### SOURCE DATA
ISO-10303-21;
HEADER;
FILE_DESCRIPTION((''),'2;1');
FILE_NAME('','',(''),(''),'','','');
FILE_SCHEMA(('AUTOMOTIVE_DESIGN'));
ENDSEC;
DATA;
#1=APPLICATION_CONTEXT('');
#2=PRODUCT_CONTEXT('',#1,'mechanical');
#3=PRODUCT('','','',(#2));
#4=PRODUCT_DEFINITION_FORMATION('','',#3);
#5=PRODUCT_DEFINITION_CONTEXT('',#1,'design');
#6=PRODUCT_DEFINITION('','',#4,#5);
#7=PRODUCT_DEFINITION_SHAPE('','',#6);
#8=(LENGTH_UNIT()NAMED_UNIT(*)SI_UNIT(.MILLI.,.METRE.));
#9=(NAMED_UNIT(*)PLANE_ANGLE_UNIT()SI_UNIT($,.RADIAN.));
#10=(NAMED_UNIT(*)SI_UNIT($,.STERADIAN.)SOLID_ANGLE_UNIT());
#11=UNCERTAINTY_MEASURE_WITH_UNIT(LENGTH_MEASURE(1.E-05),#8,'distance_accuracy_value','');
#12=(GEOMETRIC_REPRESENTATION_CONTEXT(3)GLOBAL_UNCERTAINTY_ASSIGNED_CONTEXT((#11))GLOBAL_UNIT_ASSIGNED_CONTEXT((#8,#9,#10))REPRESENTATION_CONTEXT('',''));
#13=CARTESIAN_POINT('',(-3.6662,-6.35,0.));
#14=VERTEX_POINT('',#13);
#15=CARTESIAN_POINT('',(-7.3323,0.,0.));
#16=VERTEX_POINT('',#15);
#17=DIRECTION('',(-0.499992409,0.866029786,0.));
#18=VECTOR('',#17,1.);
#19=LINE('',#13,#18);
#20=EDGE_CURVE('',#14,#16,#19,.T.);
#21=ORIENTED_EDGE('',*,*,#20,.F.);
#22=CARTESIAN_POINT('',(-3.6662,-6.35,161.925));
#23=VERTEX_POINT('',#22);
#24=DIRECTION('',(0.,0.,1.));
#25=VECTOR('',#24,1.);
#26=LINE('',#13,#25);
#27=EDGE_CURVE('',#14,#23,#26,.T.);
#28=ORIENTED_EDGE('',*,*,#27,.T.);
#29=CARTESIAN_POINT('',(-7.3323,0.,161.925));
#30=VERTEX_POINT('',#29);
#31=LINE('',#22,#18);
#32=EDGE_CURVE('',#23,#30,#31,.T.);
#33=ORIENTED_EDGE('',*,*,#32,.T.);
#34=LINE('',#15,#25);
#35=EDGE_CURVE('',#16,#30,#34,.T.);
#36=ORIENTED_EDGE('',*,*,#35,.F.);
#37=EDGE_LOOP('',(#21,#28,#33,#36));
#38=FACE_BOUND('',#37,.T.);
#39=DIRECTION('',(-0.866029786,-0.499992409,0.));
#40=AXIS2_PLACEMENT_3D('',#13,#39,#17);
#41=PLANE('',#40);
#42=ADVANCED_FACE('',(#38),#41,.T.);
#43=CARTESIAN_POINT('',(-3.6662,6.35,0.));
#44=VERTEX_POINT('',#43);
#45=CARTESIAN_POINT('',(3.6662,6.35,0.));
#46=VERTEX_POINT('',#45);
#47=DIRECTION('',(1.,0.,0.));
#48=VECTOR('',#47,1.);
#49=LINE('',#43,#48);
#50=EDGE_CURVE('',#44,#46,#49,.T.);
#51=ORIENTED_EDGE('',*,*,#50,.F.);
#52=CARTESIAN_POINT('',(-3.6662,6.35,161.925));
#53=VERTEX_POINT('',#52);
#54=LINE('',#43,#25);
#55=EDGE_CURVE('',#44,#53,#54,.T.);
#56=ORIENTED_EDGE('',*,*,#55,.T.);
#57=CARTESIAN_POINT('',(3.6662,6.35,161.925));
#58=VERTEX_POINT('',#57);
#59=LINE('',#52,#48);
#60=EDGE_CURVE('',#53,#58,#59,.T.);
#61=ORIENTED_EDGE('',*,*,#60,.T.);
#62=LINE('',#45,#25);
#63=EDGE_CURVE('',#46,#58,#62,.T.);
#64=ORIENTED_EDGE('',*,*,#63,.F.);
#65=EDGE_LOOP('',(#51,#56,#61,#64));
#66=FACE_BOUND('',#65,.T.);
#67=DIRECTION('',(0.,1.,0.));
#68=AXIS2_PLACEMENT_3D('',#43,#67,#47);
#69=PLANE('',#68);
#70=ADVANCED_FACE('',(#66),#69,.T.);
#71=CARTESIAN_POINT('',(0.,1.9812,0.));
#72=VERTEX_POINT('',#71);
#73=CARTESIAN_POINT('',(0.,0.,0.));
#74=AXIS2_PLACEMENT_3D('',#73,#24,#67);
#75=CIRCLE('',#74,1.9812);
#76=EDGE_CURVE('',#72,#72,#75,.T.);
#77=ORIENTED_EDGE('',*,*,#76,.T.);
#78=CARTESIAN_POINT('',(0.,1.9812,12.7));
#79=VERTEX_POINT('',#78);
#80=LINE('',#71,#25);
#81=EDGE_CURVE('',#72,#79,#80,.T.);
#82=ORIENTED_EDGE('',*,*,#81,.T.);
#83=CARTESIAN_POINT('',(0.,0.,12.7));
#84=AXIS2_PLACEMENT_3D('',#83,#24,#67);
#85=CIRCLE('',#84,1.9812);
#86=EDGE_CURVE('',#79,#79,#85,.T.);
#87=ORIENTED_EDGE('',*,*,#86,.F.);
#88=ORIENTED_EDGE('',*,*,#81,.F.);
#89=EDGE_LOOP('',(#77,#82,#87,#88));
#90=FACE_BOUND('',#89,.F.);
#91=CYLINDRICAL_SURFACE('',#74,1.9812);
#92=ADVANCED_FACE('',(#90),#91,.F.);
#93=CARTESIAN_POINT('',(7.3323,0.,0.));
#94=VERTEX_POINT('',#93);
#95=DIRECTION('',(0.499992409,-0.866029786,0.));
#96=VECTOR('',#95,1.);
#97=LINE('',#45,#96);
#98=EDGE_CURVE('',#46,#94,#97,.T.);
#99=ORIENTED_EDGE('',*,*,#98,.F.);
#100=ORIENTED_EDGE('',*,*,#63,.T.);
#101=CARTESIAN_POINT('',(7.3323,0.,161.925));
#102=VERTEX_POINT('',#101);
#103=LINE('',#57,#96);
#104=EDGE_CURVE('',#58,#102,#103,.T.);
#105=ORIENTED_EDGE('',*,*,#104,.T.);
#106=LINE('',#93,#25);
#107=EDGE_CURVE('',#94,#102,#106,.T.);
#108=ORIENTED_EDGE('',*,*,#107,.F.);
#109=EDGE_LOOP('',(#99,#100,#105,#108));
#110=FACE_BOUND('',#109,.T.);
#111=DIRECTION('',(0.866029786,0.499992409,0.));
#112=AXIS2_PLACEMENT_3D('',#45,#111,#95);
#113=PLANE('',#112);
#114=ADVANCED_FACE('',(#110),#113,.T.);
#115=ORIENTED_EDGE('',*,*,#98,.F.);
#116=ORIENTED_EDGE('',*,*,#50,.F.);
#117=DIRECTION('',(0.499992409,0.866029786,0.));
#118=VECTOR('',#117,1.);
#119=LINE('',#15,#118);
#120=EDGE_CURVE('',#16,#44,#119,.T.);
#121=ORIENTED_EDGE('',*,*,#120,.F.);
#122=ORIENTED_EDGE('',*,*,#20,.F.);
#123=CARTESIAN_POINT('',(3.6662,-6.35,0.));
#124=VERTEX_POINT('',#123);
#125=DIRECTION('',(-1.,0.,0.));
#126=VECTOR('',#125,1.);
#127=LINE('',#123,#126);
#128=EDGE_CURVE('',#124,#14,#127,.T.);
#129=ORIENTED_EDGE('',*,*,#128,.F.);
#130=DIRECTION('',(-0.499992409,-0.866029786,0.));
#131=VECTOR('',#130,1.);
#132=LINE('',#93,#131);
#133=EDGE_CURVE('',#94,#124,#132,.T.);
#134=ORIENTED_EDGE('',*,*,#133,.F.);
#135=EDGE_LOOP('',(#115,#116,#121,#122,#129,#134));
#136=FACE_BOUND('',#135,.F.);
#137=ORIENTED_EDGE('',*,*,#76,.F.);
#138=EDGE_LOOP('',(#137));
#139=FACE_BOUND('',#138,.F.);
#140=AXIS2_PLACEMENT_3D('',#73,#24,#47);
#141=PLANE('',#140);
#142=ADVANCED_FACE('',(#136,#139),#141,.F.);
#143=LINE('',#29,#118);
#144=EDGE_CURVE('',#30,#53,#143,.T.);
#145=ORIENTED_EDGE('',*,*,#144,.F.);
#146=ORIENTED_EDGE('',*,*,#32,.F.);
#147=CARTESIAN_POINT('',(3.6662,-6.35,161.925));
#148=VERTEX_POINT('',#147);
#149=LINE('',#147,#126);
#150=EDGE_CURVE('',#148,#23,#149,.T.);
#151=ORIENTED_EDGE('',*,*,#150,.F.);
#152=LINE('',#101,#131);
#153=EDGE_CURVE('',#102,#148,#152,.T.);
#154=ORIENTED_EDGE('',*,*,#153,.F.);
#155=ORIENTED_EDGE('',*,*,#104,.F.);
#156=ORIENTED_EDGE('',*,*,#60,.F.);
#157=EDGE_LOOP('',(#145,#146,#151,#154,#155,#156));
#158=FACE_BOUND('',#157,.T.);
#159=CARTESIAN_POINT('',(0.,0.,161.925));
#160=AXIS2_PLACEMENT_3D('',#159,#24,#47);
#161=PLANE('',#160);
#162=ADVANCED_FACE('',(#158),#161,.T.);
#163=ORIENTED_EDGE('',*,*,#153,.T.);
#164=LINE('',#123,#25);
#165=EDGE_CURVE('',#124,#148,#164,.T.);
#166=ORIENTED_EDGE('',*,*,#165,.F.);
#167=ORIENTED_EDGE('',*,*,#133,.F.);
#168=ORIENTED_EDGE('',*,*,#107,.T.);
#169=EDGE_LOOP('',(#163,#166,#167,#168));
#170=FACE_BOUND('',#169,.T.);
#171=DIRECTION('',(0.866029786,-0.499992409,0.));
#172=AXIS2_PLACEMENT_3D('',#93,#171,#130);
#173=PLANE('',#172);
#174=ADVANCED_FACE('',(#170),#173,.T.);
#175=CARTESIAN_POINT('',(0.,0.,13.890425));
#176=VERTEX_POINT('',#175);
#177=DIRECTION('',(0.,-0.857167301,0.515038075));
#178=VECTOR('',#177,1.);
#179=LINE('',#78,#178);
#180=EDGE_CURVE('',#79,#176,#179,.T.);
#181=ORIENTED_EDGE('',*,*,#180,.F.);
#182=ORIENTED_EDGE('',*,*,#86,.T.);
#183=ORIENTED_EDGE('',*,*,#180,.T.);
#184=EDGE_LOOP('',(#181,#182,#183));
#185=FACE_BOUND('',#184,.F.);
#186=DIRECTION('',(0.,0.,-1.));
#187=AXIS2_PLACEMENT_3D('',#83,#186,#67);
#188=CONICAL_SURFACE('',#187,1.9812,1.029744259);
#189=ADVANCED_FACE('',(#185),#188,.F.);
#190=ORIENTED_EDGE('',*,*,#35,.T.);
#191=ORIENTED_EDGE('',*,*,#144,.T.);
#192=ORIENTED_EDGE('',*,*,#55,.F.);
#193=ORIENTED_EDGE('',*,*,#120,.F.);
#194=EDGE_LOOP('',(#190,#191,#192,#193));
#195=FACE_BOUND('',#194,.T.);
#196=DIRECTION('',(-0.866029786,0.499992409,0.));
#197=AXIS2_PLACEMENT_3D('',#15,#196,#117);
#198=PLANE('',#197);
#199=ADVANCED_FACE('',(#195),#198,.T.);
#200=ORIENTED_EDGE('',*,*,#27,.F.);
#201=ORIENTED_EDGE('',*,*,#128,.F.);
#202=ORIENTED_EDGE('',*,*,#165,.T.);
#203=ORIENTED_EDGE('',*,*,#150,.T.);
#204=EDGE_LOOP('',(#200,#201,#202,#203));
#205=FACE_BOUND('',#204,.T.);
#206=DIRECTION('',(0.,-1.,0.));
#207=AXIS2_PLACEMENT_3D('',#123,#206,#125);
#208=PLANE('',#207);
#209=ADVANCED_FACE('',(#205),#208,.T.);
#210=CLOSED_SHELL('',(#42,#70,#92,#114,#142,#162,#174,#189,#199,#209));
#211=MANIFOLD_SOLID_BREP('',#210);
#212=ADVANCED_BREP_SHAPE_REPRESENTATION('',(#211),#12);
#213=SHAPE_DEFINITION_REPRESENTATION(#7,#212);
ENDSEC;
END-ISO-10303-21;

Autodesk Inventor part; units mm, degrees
ref_plane "YZ Plane" through (0, 0, 0) normal (1, 0, 0) x (0, 1, 0)
ref_plane "XZ Plane" through (0, 0, 0) normal (0, 1, 0) x (-1, 0, 0)
ref_plane "XY Plane" through (0, 0, 0) normal (0, 0, 1) x (1, 0, 0)
sketch "Sketch1" plane through (0, 0, 0) normal (0, 0, 1) x (1, 0, 0)
  line L0 (3.6662, -6.35) -> (-3.6662, -6.35)
  line L1 (-3.6662, -6.35) -> (-7.3323, 0)
  line L2 (-7.3323, 0) -> (-3.6662, 6.35)
  line L3 (-3.6662, 6.35) -> (3.6662, 6.35)
  line L4 (3.6662, 6.35) -> (7.3323, 0)
  line L5 (7.3323, 0) -> (3.6662, -6.35)
  point P0 (0, 0)
  point P1 (0, 0)
  dimension "d0" = 12.7
extrude "Extrusion1" add sketch "Sketch1" along normal blind 161.925
sketch "Sketch2" plane through (0, 0, 0) normal (0, 0, -1) x (-1, 0, 0)
  point P0 (0, 0)
  point P1 (0, 0)
hole "Hole1" at (0, 0, 0) direction (0, 0, 1) diameter 3.9624 depth 12.7 tip angle 118 thread size "10-32 UNF" class "2B" standard "ANSI Unified Screw Threads"
properties part number "STOCK,HEX,SHAFT,HUB"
######
In the listing, find all lines with the string "VECTOR" and copy them.

ANSWER TO THIS PROBLEM ▸
#18=VECTOR('',#17,1.);
#25=VECTOR('',#24,1.);
#48=VECTOR('',#47,1.);
#96=VECTOR('',#95,1.);
#118=VECTOR('',#117,1.);
#126=VECTOR('',#125,1.);
#131=VECTOR('',#130,1.);
#178=VECTOR('',#177,1.);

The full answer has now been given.